**Exercise:** There is material below. Print exactly the lines starting at the line with "v -1.594 1.926 40.5" and ending at the line with "v -1.34 -2.111 40.5", ends included, and no others.

**Exercise data:**

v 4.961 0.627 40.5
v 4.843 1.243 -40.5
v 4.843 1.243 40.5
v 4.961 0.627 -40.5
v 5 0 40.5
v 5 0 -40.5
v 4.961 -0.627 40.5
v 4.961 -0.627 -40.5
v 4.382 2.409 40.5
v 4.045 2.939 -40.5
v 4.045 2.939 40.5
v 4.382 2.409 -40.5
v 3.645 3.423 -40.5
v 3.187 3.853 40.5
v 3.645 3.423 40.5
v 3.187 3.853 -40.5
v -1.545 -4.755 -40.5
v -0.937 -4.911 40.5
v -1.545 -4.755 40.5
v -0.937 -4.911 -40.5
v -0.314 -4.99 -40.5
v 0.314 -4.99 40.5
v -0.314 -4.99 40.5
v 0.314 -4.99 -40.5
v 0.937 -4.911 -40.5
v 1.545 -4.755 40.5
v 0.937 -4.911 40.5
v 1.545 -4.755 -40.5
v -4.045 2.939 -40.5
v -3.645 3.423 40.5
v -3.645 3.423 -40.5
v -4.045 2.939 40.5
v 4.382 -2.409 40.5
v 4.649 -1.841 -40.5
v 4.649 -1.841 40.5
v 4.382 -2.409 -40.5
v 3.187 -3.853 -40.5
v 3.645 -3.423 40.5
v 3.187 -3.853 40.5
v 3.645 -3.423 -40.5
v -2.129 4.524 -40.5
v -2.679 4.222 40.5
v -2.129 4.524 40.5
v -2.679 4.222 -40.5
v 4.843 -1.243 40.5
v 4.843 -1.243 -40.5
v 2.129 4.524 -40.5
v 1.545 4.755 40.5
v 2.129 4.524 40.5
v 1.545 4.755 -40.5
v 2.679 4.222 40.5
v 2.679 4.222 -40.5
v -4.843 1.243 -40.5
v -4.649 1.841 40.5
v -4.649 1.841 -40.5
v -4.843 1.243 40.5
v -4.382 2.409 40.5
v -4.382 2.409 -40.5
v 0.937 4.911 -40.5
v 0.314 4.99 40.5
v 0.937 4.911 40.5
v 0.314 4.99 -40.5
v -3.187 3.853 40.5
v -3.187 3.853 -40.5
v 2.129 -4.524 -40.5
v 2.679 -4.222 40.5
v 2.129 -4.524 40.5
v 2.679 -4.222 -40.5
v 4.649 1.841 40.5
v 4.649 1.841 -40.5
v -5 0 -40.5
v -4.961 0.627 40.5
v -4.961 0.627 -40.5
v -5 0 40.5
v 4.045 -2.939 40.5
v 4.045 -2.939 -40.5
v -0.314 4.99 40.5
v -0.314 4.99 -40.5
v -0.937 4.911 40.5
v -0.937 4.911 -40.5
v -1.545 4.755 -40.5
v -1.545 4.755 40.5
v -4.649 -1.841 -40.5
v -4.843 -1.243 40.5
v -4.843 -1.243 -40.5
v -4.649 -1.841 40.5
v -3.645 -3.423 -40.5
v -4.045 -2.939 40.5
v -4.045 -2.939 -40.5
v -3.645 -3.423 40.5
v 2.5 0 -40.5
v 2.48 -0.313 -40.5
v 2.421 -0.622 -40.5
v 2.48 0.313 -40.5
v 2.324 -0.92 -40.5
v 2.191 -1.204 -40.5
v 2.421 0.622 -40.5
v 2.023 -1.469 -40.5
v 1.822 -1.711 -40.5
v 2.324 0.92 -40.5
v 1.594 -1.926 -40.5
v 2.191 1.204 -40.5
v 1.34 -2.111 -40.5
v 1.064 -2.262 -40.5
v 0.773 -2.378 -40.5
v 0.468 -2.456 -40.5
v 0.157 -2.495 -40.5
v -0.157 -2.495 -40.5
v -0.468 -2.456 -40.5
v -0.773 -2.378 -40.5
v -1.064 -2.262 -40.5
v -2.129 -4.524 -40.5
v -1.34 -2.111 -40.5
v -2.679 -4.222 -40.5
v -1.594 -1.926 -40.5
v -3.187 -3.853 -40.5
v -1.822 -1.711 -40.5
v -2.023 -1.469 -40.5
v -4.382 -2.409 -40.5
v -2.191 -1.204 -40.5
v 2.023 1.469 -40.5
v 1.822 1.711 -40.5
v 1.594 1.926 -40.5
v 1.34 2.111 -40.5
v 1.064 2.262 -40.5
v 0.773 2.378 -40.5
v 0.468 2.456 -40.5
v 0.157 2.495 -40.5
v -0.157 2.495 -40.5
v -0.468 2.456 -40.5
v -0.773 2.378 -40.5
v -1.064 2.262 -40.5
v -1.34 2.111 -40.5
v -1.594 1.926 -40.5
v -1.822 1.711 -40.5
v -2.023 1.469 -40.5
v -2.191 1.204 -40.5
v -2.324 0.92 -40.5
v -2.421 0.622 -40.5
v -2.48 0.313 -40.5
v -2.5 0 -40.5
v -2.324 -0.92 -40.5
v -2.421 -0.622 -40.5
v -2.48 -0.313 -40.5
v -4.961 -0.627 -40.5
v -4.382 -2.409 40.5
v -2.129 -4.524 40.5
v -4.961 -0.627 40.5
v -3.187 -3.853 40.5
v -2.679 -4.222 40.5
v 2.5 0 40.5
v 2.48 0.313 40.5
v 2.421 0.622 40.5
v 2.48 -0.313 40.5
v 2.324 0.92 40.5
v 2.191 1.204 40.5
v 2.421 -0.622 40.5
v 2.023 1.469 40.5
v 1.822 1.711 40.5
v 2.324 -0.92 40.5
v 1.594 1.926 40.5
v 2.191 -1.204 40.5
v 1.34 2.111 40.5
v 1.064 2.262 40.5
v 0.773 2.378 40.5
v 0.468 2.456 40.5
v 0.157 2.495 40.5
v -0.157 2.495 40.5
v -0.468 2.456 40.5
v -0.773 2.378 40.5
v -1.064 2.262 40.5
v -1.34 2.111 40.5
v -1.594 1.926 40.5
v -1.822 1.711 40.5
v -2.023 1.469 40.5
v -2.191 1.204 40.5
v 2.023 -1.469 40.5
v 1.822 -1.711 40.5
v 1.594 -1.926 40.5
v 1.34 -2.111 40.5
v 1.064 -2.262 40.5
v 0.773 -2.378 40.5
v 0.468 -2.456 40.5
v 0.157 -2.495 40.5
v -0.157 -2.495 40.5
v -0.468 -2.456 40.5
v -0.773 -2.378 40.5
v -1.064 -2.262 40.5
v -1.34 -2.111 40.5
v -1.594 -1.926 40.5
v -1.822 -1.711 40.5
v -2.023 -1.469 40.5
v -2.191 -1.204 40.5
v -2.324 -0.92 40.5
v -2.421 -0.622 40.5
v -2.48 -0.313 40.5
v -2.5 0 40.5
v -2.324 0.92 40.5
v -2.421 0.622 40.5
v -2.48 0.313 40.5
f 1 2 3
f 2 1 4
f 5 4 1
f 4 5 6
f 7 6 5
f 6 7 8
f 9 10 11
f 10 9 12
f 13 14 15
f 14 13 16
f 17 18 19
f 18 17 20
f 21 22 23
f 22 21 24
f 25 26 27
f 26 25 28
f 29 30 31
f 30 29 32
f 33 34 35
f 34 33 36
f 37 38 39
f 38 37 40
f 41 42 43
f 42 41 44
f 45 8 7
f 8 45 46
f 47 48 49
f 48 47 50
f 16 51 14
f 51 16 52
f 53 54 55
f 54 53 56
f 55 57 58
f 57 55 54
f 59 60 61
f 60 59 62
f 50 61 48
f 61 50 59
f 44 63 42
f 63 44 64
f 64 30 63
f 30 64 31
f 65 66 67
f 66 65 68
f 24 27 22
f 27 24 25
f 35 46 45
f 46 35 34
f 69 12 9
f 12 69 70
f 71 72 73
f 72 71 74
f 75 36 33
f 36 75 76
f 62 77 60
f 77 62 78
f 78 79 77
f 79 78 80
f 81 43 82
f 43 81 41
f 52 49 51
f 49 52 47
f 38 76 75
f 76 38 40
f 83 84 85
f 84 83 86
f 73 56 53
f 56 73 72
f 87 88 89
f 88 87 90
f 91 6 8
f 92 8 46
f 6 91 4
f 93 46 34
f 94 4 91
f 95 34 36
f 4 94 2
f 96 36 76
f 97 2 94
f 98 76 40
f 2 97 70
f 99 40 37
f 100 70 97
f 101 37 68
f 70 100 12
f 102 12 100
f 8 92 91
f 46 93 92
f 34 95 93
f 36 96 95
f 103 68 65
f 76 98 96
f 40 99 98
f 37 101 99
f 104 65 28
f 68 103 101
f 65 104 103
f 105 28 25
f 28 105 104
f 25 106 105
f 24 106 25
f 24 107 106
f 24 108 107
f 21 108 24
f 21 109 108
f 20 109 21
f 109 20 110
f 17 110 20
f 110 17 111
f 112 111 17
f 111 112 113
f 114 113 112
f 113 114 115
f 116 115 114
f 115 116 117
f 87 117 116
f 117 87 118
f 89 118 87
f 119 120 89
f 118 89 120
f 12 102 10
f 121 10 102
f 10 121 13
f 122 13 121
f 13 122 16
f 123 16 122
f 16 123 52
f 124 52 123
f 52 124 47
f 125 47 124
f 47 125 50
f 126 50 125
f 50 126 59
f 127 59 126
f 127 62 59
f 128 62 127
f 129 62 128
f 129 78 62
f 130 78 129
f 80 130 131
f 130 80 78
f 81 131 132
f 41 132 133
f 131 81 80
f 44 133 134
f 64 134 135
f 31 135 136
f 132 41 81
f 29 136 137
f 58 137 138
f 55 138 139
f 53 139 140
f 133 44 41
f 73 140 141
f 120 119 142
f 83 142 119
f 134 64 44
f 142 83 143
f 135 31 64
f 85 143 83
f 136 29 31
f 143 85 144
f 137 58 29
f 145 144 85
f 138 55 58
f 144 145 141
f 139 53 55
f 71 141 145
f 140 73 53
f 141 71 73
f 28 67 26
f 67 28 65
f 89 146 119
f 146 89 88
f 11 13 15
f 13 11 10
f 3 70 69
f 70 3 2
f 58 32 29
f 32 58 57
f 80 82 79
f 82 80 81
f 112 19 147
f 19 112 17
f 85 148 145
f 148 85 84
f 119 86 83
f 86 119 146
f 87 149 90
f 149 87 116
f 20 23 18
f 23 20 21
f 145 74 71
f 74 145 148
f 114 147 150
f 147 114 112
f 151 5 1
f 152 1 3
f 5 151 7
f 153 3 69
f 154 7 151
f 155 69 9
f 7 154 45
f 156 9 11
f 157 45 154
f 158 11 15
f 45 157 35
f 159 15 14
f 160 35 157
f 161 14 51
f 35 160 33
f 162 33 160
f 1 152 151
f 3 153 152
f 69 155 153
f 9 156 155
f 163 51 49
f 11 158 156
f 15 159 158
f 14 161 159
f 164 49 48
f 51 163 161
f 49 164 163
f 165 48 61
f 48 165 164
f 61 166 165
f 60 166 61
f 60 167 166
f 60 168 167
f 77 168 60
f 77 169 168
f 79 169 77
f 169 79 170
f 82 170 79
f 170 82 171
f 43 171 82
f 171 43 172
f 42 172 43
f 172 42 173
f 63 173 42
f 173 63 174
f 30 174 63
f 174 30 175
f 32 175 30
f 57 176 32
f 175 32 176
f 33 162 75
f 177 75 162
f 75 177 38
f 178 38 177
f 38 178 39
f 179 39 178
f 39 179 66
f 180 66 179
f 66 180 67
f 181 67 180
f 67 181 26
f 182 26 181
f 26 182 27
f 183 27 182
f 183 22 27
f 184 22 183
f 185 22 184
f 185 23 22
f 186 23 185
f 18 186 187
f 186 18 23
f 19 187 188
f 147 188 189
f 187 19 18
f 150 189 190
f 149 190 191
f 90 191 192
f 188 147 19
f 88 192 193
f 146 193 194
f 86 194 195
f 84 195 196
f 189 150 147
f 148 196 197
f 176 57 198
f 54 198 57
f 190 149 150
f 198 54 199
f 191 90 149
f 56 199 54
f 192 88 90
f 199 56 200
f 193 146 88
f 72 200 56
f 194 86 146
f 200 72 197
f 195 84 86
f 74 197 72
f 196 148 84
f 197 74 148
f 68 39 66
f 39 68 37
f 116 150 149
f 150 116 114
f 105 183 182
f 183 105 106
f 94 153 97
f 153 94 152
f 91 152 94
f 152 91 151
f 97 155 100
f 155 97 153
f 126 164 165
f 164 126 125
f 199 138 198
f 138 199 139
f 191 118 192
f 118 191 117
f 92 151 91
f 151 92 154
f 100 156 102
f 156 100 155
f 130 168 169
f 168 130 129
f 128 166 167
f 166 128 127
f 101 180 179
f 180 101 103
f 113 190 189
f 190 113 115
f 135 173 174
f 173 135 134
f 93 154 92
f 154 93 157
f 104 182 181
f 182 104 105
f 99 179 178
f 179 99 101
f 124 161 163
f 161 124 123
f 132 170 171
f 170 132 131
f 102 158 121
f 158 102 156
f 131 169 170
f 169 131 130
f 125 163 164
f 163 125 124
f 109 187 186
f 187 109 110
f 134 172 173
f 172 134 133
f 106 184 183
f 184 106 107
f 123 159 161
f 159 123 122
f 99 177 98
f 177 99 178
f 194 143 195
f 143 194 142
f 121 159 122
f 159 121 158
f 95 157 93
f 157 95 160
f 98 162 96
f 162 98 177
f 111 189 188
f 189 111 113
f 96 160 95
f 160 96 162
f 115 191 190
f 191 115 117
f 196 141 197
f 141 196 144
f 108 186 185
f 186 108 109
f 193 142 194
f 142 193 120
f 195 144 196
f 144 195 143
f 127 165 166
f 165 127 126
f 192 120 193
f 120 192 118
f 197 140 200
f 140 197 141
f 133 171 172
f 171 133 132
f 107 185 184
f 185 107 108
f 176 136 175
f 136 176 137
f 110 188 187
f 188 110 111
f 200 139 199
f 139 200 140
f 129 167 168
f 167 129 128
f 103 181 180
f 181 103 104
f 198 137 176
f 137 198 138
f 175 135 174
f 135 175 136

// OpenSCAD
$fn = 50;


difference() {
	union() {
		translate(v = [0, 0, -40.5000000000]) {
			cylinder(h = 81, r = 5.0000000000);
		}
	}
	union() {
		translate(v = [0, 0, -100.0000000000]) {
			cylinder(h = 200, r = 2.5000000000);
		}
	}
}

**Output of the exercise:**
v -1.594 1.926 40.5
v -1.822 1.711 40.5
v -2.023 1.469 40.5
v -2.191 1.204 40.5
v 2.023 -1.469 40.5
v 1.822 -1.711 40.5
v 1.594 -1.926 40.5
v 1.34 -2.111 40.5
v 1.064 -2.262 40.5
v 0.773 -2.378 40.5
v 0.468 -2.456 40.5
v 0.157 -2.495 40.5
v -0.157 -2.495 40.5
v -0.468 -2.456 40.5
v -0.773 -2.378 40.5
v -1.064 -2.262 40.5
v -1.34 -2.111 40.5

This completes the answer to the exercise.